(Apr. 23, 2010) On April 2, 2010, the General Office of China's State Council circulated the Opinions on Accelerating the Implementation of Energy Management Contracts to Promote the Development of the Energy Service Industry (hereinafter Opinions) (Guo Ban Fa  No. 25). (Text of the Opinions [in Chinese], National Development and Reform Commission website, http://www.sdpc.gov.cn/zcfb/zcfbqt/2010qt/t20100408_339332.htm (last visited Apr. 21, 2010).) The Opinions outline China's goals that: 1) by 2012, the government will support and cultivate a group of professional energy-saving service companies (ESSCs), and 2) by 2015, China will establish a mature energy-saving service system with the energy management contract (EMC) as one of the primary methods of energy conservation.
According to the Opinions, the EMC was introduced in China in the late 1990s. The EMC is described as “an effective energy-saving mechanism based on market methods.” Under the EMC model, ESSCs sign contracts with energy consuming companies to provide services such as energy diagnosis, financing, and retrofitting and to generate returns by sharing energy-saving profits during the contract period. (Id.)

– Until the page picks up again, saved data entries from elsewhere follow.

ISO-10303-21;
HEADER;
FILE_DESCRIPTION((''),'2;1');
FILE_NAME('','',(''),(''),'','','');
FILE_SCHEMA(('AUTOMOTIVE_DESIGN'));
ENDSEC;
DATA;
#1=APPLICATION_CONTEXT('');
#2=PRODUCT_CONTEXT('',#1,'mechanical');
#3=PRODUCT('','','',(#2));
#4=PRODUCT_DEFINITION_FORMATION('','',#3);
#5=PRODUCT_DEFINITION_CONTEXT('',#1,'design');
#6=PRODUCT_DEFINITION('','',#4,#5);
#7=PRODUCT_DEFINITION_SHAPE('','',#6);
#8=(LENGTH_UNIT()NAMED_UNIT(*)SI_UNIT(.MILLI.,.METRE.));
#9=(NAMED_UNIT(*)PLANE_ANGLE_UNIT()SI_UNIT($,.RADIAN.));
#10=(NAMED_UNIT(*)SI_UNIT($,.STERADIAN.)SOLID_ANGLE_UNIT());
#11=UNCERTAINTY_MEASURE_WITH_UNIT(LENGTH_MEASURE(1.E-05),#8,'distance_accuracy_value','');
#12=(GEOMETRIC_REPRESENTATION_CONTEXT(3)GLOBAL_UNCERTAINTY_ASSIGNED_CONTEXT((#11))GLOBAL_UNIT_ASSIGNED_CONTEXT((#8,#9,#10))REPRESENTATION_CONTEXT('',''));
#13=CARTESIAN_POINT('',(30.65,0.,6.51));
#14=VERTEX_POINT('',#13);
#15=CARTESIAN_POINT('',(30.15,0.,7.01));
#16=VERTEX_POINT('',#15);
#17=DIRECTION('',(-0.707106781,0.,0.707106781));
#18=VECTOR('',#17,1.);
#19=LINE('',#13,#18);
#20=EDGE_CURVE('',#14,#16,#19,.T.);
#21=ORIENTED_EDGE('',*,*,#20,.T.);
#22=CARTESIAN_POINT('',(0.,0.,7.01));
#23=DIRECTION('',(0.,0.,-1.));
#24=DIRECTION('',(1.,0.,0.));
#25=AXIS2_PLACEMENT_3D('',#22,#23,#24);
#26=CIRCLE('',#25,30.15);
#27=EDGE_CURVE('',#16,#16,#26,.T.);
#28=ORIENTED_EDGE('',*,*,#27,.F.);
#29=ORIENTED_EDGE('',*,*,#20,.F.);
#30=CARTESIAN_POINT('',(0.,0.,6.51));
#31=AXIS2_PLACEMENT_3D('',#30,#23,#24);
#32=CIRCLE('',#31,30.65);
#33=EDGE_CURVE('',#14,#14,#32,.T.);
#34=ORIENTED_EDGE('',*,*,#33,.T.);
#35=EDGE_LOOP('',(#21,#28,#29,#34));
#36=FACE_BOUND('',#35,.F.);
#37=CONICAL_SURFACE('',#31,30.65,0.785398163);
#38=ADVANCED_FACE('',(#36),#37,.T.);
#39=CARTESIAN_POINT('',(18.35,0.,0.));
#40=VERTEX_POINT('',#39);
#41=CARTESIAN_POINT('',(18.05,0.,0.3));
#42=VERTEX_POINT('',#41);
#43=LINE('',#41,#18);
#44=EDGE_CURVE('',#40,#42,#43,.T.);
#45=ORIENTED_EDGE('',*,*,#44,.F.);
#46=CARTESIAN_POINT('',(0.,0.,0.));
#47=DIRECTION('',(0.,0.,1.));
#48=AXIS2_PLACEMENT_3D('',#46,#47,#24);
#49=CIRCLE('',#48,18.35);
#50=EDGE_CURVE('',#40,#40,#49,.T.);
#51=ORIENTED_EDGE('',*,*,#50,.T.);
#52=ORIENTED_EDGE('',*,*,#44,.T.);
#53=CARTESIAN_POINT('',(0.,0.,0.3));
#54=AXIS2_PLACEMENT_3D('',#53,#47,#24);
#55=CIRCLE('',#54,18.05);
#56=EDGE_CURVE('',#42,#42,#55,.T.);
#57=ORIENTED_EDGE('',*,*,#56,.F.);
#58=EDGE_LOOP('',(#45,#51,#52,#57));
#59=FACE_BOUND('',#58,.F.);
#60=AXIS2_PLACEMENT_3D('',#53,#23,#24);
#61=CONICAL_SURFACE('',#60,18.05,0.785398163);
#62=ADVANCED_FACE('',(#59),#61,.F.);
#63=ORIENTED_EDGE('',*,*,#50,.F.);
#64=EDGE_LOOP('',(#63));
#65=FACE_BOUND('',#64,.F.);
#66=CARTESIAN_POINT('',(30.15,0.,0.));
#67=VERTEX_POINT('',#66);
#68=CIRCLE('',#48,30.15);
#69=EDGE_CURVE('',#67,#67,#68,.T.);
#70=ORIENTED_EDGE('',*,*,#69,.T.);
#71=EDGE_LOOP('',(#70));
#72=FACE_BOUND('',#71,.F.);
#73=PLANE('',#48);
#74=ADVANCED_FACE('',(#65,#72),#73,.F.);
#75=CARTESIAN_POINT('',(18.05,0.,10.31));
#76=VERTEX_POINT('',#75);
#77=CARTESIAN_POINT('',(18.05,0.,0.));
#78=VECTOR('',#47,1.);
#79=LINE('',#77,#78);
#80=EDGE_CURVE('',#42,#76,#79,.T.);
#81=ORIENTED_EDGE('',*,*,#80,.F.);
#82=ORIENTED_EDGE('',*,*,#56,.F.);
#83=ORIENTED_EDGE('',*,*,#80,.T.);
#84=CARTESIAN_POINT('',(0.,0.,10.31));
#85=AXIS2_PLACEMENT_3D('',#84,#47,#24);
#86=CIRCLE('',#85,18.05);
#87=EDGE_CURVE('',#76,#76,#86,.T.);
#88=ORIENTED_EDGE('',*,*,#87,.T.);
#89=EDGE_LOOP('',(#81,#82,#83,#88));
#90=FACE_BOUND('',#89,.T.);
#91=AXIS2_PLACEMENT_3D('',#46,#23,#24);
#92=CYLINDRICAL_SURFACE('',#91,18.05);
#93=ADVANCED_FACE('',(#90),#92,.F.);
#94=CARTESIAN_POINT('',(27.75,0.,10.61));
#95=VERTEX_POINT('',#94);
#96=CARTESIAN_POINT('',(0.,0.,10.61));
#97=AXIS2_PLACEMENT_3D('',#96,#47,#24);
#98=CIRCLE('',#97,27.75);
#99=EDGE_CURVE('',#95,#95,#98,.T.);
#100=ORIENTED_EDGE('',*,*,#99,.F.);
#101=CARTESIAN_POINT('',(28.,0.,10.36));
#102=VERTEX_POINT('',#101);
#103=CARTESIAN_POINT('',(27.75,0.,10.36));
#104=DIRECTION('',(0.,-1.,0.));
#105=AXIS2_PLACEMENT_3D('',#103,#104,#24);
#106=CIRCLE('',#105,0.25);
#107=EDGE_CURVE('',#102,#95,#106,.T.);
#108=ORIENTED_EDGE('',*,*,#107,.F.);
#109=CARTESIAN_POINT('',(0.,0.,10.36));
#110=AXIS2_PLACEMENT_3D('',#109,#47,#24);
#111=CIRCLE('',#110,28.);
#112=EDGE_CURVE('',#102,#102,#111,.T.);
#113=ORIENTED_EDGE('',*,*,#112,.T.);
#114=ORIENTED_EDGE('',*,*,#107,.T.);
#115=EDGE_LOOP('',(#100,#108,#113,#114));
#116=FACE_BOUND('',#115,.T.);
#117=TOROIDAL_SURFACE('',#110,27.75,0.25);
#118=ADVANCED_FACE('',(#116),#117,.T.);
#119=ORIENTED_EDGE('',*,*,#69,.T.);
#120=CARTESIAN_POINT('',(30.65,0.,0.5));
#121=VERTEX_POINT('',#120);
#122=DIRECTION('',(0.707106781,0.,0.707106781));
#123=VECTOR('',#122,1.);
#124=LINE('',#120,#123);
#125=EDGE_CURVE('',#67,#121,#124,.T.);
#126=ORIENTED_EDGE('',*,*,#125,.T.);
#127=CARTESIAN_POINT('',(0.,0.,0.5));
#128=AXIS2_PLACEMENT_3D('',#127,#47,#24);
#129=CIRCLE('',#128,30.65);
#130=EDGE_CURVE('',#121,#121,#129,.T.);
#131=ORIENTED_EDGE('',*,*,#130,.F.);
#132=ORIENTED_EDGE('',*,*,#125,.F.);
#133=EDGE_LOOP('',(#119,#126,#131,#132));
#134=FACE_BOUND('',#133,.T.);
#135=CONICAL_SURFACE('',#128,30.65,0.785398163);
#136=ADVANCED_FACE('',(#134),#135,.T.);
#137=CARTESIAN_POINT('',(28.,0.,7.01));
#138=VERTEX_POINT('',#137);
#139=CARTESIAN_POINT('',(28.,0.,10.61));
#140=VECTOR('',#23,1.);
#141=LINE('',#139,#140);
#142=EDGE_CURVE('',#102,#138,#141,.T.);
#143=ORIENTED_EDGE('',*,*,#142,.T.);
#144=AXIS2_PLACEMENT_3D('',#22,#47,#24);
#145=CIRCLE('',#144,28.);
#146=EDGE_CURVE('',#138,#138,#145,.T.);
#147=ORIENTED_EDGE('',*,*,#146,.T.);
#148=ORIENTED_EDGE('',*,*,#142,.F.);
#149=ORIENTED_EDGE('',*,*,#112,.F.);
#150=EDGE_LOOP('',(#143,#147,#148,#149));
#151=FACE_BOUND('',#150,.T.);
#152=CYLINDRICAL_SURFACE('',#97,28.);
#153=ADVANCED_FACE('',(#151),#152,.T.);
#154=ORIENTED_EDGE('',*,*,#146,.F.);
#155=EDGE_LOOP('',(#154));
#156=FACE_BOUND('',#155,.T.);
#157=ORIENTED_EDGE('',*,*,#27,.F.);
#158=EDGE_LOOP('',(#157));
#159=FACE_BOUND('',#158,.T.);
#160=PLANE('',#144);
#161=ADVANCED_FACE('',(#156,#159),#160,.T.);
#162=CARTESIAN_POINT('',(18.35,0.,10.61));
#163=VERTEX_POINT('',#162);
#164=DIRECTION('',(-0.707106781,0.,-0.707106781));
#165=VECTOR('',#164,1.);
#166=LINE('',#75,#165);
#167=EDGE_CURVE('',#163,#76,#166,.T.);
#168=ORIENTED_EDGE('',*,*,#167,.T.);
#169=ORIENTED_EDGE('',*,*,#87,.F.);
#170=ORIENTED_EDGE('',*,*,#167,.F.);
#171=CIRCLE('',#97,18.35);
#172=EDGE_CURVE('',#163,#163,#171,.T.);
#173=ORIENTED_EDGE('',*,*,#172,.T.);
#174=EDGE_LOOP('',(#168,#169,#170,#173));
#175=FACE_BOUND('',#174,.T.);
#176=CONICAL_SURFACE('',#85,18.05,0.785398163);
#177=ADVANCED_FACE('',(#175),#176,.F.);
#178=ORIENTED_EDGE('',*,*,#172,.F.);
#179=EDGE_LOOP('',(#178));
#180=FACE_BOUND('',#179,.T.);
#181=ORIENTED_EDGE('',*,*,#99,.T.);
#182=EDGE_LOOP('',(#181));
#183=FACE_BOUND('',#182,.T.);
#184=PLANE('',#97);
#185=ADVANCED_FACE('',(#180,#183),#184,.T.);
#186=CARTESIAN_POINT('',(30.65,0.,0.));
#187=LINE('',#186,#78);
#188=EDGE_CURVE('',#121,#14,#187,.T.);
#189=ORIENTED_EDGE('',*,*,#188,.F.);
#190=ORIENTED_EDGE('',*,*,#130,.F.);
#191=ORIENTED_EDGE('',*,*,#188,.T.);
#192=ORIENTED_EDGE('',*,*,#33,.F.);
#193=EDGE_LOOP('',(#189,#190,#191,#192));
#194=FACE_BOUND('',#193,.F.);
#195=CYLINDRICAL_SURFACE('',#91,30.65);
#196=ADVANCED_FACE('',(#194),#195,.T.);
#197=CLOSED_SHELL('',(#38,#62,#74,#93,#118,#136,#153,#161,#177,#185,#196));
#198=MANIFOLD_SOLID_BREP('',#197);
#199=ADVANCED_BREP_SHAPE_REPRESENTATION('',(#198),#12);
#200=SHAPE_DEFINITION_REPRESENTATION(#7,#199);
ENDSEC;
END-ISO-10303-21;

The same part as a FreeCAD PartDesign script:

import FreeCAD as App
import Part
import Sketcher

V = App.Vector


def edges_at(feature, points):
    """Names of the edges that pass closest to the given points."""
    edges = feature.Shape.Edges
    near = lambda p: min(range(len(edges)), key=lambda i: edges[i].distToShape(Part.Vertex(*p))[0])
    return sorted({f"Edge{near(p) + 1}" for p in points})

doc = App.newDocument("Part")
body = doc.addObject("PartDesign::Body", "Body")

# Sketch on XY plane
sketch1 = doc.addObject("Sketcher::SketchObject", "Sketch")
body.addObject(sketch1)
sketch1.AttachmentSupport = (doc.XY_Plane, [""])
sketch1.MapMode = "FlatFace"
sketch1.addGeometry([
    Part.Circle(V(0, 0, 0), V(0, 0, 1), 31),
    Part.Circle(V(0, 0, 0), V(0, 0, 1), 18),
], False)
sketch1.addConstraint([
    Sketcher.Constraint("Coincident", 0, 3, -1, 1),
    Sketcher.Constraint("Coincident", 1, 3, -1, 1),
    Sketcher.Constraint("Diameter", 0, 61.3),
    Sketcher.Constraint("Diameter", 1, 36.1),
])
pad1 = doc.addObject("PartDesign::Pad", "Pad")
body.addObject(pad1)
pad1.Profile = sketch1
pad1.Length = 10.61

# Sketch on XY plane
sketch2 = doc.addObject("Sketcher::SketchObject", "Sketch001")
body.addObject(sketch2)
sketch2.AttachmentSupport = (doc.XY_Plane, [""])
sketch2.MapMode = "FlatFace"
sketch2.AttachmentOffset = App.Placement(V(0, 0, 10.61), App.Rotation())
sketch2.addGeometry([
    Part.Circle(V(0, 0, 0), V(0, 0, 1), 40),
    Part.Circle(V(0, 0, 0), V(0, 0, 1), 28),
], False)
sketch2.addConstraint([
    Sketcher.Constraint("Coincident", 0, 3, -1, 1),
    Sketcher.Constraint("Coincident", 1, 3, -1, 1),
    Sketcher.Constraint("Diameter", 1, 56.0),
    Sketcher.Constraint("Diameter", 0, 79.3012),
])
pocket1 = doc.addObject("PartDesign::Pocket", "Pocket")
body.addObject(pocket1)
pocket1.Profile = sketch2
pocket1.Length = 3.6
doc.recompute()

chamfer = doc.addObject("PartDesign::Chamfer", "Chamfer")
body.addObject(chamfer)
chamfer.Base = (pocket1, edges_at(pocket1, [(-18.05, 0, 0)]))
chamfer.Size = 0.3
doc.recompute()

chamfer2 = doc.addObject("PartDesign::Chamfer", "Chamfer001")
body.addObject(chamfer2)
chamfer2.Base = (chamfer, edges_at(chamfer, [(-30.65, 0, 0)]))
chamfer2.Size = 0.5
doc.recompute()

chamfer3 = doc.addObject("PartDesign::Chamfer", "Chamfer002")
body.addObject(chamfer3)
chamfer3.Base = (chamfer2, edges_at(chamfer2, [(-30.65, 0, 7.01)]))
chamfer3.Size = 0.5
doc.recompute()

fillet = doc.addObject("PartDesign::Fillet", "Fillet")
body.addObject(fillet)
fillet.Base = (chamfer3, edges_at(chamfer3, [(-28, 0, 10.61)]))
fillet.Radius = 0.25
doc.recompute()

chamfer4 = doc.addObject("PartDesign::Chamfer", "Chamfer003")
body.addObject(chamfer4)
chamfer4.Base = (fillet, edges_at(fillet, [(-18.05, 0, 10.61)]))
chamfer4.Size = 0.3

doc.recompute()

The Opinions provide policies in support of energy conservation projects that use EMCs. These policies include financial subsidies, tax incentives, preferential accounting policies, and financial services. The ESSCs may be exempted from business tax and value-added tax and be given a three- year tax break, followed by another three–year break in the form of a 50% reduction in the enterprise income tax, according to the Opinions. (Id.)